======== INFORMATION SUPPLIED

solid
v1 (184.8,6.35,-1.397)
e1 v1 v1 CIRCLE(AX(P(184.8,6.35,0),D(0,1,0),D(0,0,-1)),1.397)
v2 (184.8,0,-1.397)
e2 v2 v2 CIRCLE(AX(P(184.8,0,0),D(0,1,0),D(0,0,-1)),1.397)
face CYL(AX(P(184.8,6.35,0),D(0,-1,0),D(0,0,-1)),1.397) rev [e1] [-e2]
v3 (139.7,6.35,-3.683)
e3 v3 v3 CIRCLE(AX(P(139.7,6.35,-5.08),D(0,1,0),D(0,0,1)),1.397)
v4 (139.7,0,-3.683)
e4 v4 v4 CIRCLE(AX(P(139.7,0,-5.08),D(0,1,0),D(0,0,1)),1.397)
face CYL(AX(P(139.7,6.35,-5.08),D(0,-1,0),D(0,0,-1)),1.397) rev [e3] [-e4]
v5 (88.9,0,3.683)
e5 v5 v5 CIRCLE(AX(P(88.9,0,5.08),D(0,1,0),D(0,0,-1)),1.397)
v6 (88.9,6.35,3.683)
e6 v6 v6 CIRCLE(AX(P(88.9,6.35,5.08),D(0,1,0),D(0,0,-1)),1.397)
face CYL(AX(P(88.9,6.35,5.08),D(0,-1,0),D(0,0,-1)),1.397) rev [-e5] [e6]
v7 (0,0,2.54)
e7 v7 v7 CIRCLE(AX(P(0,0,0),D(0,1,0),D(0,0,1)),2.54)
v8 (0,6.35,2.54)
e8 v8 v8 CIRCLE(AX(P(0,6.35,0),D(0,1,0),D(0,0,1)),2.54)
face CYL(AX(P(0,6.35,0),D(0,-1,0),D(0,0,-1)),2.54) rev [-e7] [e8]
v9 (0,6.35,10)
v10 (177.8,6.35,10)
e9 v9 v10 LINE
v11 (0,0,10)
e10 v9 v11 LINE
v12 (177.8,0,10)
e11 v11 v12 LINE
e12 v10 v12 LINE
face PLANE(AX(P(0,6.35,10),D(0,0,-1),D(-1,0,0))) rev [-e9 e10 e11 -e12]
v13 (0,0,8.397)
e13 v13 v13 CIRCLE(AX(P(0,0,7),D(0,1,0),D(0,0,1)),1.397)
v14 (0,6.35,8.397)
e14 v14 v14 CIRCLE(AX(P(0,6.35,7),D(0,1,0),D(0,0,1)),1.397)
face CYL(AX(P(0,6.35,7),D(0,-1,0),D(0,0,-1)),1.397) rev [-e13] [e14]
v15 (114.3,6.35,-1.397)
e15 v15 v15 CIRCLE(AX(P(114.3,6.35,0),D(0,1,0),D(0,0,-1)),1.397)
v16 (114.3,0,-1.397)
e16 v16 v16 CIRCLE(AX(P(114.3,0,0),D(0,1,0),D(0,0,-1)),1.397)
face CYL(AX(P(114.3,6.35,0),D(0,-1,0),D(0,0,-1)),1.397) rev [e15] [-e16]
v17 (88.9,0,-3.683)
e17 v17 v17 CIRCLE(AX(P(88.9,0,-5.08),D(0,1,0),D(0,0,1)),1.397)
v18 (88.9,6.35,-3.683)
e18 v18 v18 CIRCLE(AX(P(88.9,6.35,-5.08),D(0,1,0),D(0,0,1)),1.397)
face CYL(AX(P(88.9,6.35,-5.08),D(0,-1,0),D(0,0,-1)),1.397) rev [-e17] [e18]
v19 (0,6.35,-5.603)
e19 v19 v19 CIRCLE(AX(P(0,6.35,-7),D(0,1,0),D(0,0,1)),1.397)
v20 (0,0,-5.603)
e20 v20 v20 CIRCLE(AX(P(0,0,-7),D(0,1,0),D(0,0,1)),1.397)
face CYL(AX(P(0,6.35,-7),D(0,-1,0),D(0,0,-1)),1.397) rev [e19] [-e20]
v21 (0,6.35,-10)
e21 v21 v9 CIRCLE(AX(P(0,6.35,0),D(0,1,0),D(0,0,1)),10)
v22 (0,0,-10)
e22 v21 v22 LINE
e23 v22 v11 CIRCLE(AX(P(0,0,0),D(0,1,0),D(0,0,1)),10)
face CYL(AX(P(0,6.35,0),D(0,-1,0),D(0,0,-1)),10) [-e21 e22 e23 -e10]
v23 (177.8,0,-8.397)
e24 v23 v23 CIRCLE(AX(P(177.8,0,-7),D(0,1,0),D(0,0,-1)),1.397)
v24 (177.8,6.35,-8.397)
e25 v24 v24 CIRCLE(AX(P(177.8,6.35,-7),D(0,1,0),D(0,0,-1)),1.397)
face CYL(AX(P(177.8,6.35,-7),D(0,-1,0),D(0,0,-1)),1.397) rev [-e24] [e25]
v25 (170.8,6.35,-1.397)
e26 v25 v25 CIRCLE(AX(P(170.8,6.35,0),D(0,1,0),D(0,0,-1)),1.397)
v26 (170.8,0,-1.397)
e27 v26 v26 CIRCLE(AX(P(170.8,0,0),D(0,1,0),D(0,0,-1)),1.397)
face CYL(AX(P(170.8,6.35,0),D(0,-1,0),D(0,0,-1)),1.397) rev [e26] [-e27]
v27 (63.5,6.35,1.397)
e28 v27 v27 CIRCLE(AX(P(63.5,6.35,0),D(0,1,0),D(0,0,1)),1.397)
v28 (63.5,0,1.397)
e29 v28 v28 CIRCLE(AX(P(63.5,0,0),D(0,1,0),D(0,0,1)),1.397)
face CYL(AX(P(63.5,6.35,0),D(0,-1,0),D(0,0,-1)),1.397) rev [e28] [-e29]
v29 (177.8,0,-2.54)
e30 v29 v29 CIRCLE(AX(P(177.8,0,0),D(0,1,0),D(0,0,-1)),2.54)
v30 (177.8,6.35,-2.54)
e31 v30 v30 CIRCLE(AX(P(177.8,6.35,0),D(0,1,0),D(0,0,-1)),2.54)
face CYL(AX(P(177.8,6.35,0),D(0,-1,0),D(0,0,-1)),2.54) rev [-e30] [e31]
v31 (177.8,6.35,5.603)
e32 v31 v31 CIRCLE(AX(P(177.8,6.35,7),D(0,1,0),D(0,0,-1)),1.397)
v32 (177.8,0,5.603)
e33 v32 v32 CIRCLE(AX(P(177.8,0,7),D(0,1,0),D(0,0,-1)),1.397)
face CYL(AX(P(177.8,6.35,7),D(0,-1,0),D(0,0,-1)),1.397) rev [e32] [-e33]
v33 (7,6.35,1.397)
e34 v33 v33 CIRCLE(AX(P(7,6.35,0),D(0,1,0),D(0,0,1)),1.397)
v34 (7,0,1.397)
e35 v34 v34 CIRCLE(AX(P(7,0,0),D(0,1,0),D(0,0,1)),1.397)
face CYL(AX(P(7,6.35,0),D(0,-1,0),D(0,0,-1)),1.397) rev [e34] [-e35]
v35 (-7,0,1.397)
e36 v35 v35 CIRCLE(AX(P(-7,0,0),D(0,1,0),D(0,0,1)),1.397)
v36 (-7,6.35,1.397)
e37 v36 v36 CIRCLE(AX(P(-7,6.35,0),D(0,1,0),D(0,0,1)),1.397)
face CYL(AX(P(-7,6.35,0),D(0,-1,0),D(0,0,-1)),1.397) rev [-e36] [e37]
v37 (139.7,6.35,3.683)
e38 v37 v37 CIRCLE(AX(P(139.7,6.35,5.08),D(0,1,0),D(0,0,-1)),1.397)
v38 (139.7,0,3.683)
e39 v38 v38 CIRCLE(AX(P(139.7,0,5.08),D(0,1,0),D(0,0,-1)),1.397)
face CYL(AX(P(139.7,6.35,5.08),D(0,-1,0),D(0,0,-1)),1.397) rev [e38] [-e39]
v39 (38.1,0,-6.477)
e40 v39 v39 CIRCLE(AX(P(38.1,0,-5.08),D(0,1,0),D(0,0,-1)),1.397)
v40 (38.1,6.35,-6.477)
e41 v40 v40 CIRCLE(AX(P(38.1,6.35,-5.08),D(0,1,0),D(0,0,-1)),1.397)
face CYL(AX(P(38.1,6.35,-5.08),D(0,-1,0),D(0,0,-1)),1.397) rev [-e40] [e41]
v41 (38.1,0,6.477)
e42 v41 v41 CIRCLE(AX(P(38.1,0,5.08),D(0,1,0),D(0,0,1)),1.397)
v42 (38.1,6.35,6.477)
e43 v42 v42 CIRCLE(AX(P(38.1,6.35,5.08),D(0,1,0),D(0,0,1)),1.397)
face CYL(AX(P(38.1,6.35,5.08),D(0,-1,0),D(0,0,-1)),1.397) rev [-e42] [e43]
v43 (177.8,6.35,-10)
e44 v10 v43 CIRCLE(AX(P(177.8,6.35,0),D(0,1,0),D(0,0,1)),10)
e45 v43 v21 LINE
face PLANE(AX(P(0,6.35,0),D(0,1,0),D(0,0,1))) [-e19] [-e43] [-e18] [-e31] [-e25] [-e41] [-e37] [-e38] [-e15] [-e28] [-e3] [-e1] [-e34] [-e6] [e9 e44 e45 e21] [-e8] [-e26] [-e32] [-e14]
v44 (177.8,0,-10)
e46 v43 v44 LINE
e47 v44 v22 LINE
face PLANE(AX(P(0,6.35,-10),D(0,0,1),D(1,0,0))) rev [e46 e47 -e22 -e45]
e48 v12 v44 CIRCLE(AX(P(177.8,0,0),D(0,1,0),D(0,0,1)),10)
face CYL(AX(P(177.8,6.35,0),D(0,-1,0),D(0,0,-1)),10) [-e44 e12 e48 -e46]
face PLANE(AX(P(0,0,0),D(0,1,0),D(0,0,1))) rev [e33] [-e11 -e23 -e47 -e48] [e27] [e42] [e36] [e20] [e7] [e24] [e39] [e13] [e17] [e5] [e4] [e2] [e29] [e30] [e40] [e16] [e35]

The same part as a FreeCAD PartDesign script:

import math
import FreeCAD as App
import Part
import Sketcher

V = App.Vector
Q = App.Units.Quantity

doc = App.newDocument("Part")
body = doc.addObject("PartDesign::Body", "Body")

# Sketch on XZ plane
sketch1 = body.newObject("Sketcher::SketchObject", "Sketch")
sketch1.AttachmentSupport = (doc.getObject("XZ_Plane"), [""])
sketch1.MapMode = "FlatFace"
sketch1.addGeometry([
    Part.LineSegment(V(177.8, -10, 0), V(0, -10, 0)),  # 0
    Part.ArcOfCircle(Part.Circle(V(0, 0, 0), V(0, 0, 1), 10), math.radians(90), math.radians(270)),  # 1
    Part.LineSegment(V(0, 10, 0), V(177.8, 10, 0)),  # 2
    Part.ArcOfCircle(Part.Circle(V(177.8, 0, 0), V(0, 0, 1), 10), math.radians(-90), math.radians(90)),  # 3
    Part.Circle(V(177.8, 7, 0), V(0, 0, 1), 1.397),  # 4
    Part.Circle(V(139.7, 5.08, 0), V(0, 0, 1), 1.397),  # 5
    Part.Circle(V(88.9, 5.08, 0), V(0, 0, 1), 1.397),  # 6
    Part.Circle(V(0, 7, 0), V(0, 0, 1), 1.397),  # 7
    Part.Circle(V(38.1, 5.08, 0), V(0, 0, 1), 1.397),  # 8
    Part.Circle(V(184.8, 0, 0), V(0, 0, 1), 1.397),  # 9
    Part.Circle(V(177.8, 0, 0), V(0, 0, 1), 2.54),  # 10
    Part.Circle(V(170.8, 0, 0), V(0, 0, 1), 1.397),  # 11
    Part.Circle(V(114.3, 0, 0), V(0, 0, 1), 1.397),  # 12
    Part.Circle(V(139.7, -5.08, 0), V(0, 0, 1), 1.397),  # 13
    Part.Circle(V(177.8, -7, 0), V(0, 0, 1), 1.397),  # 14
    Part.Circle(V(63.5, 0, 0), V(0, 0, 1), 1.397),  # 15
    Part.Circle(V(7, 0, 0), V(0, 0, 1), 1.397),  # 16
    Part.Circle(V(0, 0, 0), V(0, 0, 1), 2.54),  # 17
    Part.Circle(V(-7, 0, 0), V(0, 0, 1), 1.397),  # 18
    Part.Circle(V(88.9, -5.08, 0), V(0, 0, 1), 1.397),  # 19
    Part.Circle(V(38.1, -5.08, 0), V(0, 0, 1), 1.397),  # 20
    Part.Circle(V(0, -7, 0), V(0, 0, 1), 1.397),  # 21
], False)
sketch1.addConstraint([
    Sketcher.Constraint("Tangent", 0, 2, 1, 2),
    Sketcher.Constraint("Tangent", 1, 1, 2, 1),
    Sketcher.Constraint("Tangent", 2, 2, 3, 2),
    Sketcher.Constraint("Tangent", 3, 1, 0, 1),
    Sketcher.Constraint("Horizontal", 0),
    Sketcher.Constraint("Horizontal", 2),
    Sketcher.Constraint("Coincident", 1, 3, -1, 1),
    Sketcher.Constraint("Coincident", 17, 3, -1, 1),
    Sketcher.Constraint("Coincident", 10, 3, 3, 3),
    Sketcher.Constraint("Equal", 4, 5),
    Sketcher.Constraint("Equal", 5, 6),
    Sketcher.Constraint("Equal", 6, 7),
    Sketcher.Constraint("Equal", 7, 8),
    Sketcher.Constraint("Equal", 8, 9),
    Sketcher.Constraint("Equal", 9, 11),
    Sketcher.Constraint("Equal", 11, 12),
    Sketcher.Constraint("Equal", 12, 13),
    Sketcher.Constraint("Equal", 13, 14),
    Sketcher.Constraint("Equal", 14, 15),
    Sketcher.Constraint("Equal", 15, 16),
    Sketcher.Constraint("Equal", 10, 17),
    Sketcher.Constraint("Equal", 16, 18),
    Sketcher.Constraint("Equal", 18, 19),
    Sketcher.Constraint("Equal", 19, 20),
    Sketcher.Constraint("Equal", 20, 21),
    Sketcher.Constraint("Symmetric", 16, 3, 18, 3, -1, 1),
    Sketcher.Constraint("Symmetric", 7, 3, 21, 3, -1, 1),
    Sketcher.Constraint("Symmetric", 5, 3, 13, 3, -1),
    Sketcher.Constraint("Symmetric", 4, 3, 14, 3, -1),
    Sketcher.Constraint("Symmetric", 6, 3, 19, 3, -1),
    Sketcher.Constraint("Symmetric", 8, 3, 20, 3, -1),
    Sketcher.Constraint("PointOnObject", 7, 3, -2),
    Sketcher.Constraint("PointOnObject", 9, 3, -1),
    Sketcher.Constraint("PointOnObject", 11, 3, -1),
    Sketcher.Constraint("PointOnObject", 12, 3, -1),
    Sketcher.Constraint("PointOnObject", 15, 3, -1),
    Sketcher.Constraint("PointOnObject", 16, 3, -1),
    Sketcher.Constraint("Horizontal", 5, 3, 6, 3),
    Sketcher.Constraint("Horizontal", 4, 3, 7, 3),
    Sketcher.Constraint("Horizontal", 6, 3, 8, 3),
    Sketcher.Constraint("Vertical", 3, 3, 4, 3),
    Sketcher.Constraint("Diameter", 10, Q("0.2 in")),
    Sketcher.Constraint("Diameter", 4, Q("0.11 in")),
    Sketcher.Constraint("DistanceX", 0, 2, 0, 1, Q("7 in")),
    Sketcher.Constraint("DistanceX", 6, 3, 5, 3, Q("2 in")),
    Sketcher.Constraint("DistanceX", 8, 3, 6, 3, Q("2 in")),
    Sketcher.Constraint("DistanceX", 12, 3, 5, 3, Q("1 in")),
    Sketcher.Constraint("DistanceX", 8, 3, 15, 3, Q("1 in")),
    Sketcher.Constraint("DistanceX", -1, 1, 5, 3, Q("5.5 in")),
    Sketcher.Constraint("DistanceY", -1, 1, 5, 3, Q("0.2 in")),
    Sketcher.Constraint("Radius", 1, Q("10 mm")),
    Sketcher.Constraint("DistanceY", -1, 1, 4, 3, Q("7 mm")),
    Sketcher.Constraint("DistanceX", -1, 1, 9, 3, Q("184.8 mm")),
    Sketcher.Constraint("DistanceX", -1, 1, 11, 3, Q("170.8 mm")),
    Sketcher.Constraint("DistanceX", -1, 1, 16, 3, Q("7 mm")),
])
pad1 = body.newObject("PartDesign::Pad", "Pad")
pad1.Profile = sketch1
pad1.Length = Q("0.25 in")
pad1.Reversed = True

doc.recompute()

================
======== INFORMATION SUPPLIED

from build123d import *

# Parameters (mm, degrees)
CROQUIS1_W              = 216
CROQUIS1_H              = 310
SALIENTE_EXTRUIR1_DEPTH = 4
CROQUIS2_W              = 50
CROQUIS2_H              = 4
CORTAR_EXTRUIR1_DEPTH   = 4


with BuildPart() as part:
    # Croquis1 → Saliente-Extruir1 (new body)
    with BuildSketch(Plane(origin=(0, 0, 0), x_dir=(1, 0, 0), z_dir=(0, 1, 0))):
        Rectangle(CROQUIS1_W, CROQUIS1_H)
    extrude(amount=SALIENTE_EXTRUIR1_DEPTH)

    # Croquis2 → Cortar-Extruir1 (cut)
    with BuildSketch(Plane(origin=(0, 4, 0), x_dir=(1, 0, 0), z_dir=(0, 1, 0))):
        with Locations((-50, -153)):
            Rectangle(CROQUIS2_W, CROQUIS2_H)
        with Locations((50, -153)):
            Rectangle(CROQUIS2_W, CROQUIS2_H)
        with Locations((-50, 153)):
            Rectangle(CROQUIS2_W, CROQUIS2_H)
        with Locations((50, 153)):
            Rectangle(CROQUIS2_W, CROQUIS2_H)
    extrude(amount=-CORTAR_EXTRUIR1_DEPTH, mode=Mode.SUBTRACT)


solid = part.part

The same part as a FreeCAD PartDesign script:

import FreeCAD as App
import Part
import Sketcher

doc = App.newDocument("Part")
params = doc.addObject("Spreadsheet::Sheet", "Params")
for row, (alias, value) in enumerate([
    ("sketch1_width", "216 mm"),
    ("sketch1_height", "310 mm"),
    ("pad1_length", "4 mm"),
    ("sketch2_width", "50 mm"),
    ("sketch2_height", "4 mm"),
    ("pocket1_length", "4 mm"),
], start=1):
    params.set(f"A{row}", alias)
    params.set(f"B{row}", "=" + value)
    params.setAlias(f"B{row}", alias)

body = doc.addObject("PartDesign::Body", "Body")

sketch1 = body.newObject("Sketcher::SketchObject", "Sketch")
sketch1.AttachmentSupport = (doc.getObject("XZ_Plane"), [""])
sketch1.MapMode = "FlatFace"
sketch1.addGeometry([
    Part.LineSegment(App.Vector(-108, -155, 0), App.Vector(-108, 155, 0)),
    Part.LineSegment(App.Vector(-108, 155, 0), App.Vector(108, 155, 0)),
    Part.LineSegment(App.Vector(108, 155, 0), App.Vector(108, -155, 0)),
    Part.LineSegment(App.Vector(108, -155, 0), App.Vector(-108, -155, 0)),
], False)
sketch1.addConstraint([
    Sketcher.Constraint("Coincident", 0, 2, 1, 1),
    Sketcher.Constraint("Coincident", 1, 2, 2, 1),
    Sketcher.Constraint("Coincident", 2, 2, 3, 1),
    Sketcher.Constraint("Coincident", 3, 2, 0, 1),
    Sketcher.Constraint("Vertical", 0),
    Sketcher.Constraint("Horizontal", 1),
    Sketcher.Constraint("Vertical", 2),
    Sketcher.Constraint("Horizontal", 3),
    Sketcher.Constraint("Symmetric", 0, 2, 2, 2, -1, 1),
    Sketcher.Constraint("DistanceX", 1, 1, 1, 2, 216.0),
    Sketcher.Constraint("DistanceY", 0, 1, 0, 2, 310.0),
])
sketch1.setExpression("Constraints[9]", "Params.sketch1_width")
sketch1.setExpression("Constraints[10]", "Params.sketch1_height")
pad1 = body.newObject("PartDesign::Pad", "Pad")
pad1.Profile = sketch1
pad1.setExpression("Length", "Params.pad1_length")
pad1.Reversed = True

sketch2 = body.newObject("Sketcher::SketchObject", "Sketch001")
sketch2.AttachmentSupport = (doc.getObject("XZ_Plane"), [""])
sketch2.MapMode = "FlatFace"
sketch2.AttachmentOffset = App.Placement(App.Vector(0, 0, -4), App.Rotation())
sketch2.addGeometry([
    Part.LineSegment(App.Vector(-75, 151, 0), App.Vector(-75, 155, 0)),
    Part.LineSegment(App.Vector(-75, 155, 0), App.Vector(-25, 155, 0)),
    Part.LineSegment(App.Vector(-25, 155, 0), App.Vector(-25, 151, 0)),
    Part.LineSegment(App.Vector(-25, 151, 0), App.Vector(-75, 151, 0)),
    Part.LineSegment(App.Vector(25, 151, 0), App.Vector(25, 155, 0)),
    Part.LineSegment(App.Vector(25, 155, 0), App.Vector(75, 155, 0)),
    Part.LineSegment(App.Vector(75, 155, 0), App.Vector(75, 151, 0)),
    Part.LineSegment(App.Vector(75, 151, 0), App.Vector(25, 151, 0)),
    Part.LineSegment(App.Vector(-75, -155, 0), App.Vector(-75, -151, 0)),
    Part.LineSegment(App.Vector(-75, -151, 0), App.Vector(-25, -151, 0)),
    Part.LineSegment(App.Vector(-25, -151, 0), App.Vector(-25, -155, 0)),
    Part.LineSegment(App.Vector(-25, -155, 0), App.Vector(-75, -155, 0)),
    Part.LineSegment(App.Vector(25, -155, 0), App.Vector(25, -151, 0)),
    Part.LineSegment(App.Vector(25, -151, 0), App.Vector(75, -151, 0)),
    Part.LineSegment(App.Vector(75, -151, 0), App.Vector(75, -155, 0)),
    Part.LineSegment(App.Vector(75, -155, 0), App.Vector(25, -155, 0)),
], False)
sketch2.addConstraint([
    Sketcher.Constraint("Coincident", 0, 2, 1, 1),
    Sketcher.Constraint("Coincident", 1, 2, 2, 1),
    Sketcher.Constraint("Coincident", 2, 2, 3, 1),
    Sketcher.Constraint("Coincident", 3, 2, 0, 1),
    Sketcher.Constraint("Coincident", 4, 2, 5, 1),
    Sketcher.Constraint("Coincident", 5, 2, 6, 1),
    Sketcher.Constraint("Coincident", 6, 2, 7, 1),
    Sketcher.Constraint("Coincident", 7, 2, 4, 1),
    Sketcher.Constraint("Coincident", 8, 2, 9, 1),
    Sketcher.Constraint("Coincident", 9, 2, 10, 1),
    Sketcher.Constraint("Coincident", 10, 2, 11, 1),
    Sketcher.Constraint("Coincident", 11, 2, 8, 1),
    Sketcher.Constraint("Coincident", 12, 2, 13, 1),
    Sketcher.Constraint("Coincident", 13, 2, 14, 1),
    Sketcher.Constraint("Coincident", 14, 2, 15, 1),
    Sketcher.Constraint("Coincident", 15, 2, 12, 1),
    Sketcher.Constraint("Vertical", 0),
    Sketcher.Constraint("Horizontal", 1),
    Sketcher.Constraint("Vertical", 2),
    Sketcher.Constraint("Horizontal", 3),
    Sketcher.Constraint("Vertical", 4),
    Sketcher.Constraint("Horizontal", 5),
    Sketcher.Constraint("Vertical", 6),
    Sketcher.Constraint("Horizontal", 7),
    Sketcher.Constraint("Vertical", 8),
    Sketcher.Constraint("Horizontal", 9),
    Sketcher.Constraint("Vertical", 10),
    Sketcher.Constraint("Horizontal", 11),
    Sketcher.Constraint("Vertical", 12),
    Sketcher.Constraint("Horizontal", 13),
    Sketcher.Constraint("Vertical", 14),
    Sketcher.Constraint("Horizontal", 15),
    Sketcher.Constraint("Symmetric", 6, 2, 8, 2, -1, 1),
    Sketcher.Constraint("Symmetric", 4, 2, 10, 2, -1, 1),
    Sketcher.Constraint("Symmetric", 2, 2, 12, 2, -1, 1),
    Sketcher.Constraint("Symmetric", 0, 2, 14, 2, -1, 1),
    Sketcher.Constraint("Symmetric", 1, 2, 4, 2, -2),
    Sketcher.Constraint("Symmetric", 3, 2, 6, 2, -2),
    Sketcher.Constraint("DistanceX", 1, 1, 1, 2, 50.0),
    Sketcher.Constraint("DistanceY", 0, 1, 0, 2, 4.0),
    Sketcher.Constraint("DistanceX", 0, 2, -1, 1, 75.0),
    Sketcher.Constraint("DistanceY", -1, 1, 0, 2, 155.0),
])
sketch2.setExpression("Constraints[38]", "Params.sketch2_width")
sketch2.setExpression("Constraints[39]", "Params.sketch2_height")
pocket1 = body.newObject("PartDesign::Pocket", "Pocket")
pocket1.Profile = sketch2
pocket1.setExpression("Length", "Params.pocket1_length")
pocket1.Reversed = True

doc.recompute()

================

== REQUIRED ACTION ==
The lines to extract from the data above begin with the line containing "face CYL(AX(P(88.9,6.35,5.08),D(0,-1,0),D(0,0,-1)),1.397) rev" and end with the line containing "e12 v10 v12 LINE". Extract them exactly, including both.

== SOLUTION ==
face CYL(AX(P(88.9,6.35,5.08),D(0,-1,0),D(0,0,-1)),1.397) rev [-e5] [e6]
v7 (0,0,2.54)
e7 v7 v7 CIRCLE(AX(P(0,0,0),D(0,1,0),D(0,0,1)),2.54)
v8 (0,6.35,2.54)
e8 v8 v8 CIRCLE(AX(P(0,6.35,0),D(0,1,0),D(0,0,1)),2.54)
face CYL(AX(P(0,6.35,0),D(0,-1,0),D(0,0,-1)),2.54) rev [-e7] [e8]
v9 (0,6.35,10)
v10 (177.8,6.35,10)
e9 v9 v10 LINE
v11 (0,0,10)
e10 v9 v11 LINE
v12 (177.8,0,10)
e11 v11 v12 LINE
e12 v10 v12 LINE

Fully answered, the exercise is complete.